One of Bendell’s graduate students, Cassandra Murphy, also found high rates of plastic pollution in the region. In her recently completed doctoral thesis investigating British Columbia’s shellfish at sites along Vancouver Island, from Quadra Island to the Puget Sound, Murphy found between six and 650 pieces of microplastic per gram of shellfish—the top end being higher than any previously reported levels. The DFO results work out to less than two particles per gram.

Dudas cannot account for the discrepancy, though it may be due to differences in technique. Murphy’s research, Dudas notes, reports much smaller plastic particles than her team was comfortable identifying using their approach. Bendell notes that the amount of plastic might vary a lot even within short distances; it may be that the specific sites she and Murphy looked at simply had more plastic than the ones investigated by DFO.

But the most striking thing about the DFO research was how little of the contaminant material turned out to be plastic. When the DFO team sent samples to the Vancouver Aquarium for close chemical analysis, only six of the 27 fibers suspected to be microplastics were plastic. The rest turned out to be fibers such as cotton or rayon. “It all just looks like laundry lint under the microscope,” says Dudas.

Pearce suspects other scientists may have mistaken nonplastic contaminants for plastic in their research. “Most certainly, people have been visually identifying things as microplastics that are probably not,” says Pearce.

There are other reasons scientists may be overestimating the extent of plastic pollution as well, he says. Some contaminants may be particles shed from researchers’ clothing. In 2015, for example, a study found that the synthetic particles supposedly found in German beer and honey were likely contaminants from the lab.

Bendell thinks more recent studies are likely more accurate. “People are getting much better at this,” she says. Murphy’s study, in particular, found a lot of plastic microbeads, which are much easier to properly identify than fibers.

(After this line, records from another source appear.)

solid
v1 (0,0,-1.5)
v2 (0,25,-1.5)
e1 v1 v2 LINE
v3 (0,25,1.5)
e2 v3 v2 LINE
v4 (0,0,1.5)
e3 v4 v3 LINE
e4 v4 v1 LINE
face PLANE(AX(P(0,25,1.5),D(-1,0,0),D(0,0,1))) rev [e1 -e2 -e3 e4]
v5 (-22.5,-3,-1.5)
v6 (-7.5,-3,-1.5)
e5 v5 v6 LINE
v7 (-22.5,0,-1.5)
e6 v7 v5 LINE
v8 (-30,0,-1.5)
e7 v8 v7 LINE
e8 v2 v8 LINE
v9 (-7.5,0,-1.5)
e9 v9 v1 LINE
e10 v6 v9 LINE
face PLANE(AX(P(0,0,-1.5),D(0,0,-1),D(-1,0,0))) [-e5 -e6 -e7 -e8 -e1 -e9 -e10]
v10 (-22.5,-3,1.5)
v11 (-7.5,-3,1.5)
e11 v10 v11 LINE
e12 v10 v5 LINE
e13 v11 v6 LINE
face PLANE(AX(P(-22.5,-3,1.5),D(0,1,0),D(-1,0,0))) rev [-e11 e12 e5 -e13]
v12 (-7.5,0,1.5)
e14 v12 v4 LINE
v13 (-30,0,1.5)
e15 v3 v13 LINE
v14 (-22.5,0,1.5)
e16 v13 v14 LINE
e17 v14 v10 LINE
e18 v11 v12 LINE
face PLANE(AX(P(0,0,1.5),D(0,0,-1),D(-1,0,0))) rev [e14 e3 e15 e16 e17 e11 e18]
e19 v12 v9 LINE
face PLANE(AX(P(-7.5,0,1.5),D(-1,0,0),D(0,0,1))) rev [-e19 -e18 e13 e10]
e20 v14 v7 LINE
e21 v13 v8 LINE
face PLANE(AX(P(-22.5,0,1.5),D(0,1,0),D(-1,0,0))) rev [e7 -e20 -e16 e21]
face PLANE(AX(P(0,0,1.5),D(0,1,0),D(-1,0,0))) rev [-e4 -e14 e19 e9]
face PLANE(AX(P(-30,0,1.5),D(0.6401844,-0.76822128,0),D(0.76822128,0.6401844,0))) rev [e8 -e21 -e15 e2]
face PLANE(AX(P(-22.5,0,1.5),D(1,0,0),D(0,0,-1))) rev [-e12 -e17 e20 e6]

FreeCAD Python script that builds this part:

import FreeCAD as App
import Part
import Sketcher
from FreeCAD import Vector


def add_polygon(sketch, points):
    """Adds a closed chain of lines whose ends are joined by coincident constraints."""
    first, n = sketch.GeometryCount, len(points)
    for a, b in zip(points, points[1:] + points[:1]):
        sketch.addGeometry(Part.LineSegment(App.Vector(*a, 0), App.Vector(*b, 0)), False)
    for i in range(n):
        sketch.addConstraint(Sketcher.Constraint("Coincident", first + i, 2, first + (i + 1) % n, 1))

doc = App.newDocument("Part")
params = doc.addObject("Spreadsheet::Sheet", "Params")
for row, (alias, value) in enumerate([
    ("sketch1_width", "15 mm"),
    ("sketch1_height", "25 mm"),
    ("sketch1_height2", "3 mm"),
    ("sketch1_width2", "7.5 mm"),
    ("pad1_length", "3 mm"),
], start=1):
    params.set(f"A{row}", alias)
    params.set(f"B{row}", "=" + value)
    params.setAlias(f"B{row}", alias)

body = doc.addObject("PartDesign::Body", "Body")

# Sketch on XY plane
sketch1 = body.newObject("Sketcher::SketchObject", "Sketch")
sketch1.AttachmentSupport = (doc.getObject("XY_Plane"), [""])
sketch1.MapMode = "FlatFace"
add_polygon(sketch1, [(-7.5, 0), (0, 0), (0, 25), (-30, 0), (-22.5, 0), (-22.5, -3), (-7.5, -3)])  # lines 0-6
sketch1.addConstraint([
    Sketcher.Constraint("Horizontal", 0),
    Sketcher.Constraint("Vertical", 1),
    Sketcher.Constraint("Horizontal", 3),
    Sketcher.Constraint("Vertical", 4),
    Sketcher.Constraint("Horizontal", 5),
    Sketcher.Constraint("Vertical", 6),
    Sketcher.Constraint("Coincident", 0, 2, -1, 1),
    Sketcher.Constraint("PointOnObject", 2, 2, -1),
    Sketcher.Constraint("Equal", 0, 3),
    Sketcher.Constraint("DistanceX", 5, 1, 5, 2, 15.0),
    Sketcher.Constraint("DistanceY", 1, 1, 1, 2, 25.0),
    Sketcher.Constraint("DistanceY", 4, 2, 4, 1, 3.0),
    Sketcher.Constraint("DistanceX", 0, 1, 0, 2, 7.5),
])
sketch1.setExpression("Constraints[16]", "Params.sketch1_width")
sketch1.setExpression("Constraints[17]", "Params.sketch1_height")
sketch1.setExpression("Constraints[18]", "Params.sketch1_height2")
sketch1.setExpression("Constraints[19]", "Params.sketch1_width2")
pad1 = body.newObject("PartDesign::Pad", "Pad")
pad1.Profile = sketch1
pad1.setExpression("Length", "Params.pad1_length")
pad1.Midplane = True

doc.recompute()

Still, even natural fibers might cause problems. Cotton, for example, can carry pesticides, and at least one red dye is known to be carcinogenic. But materials such as plant cellulose—the foundation of rayon—should break down faster than nonbiodegradable plastics, which might make them less damaging.

The DFO team did find genetic evidence that the shellfish seemed stressed by the contamination—plastic or otherwise—which may be having a long-term effect on their health.

All of the researchers agree that more work needs to be done to figure out how to best count the microplastics in our food and what they’re doing to the ecosystem and to consumers. “When you think about how much plastic we’re constantly exposed to …” says Dudas. “We know so little it’s actually quite terrifying.”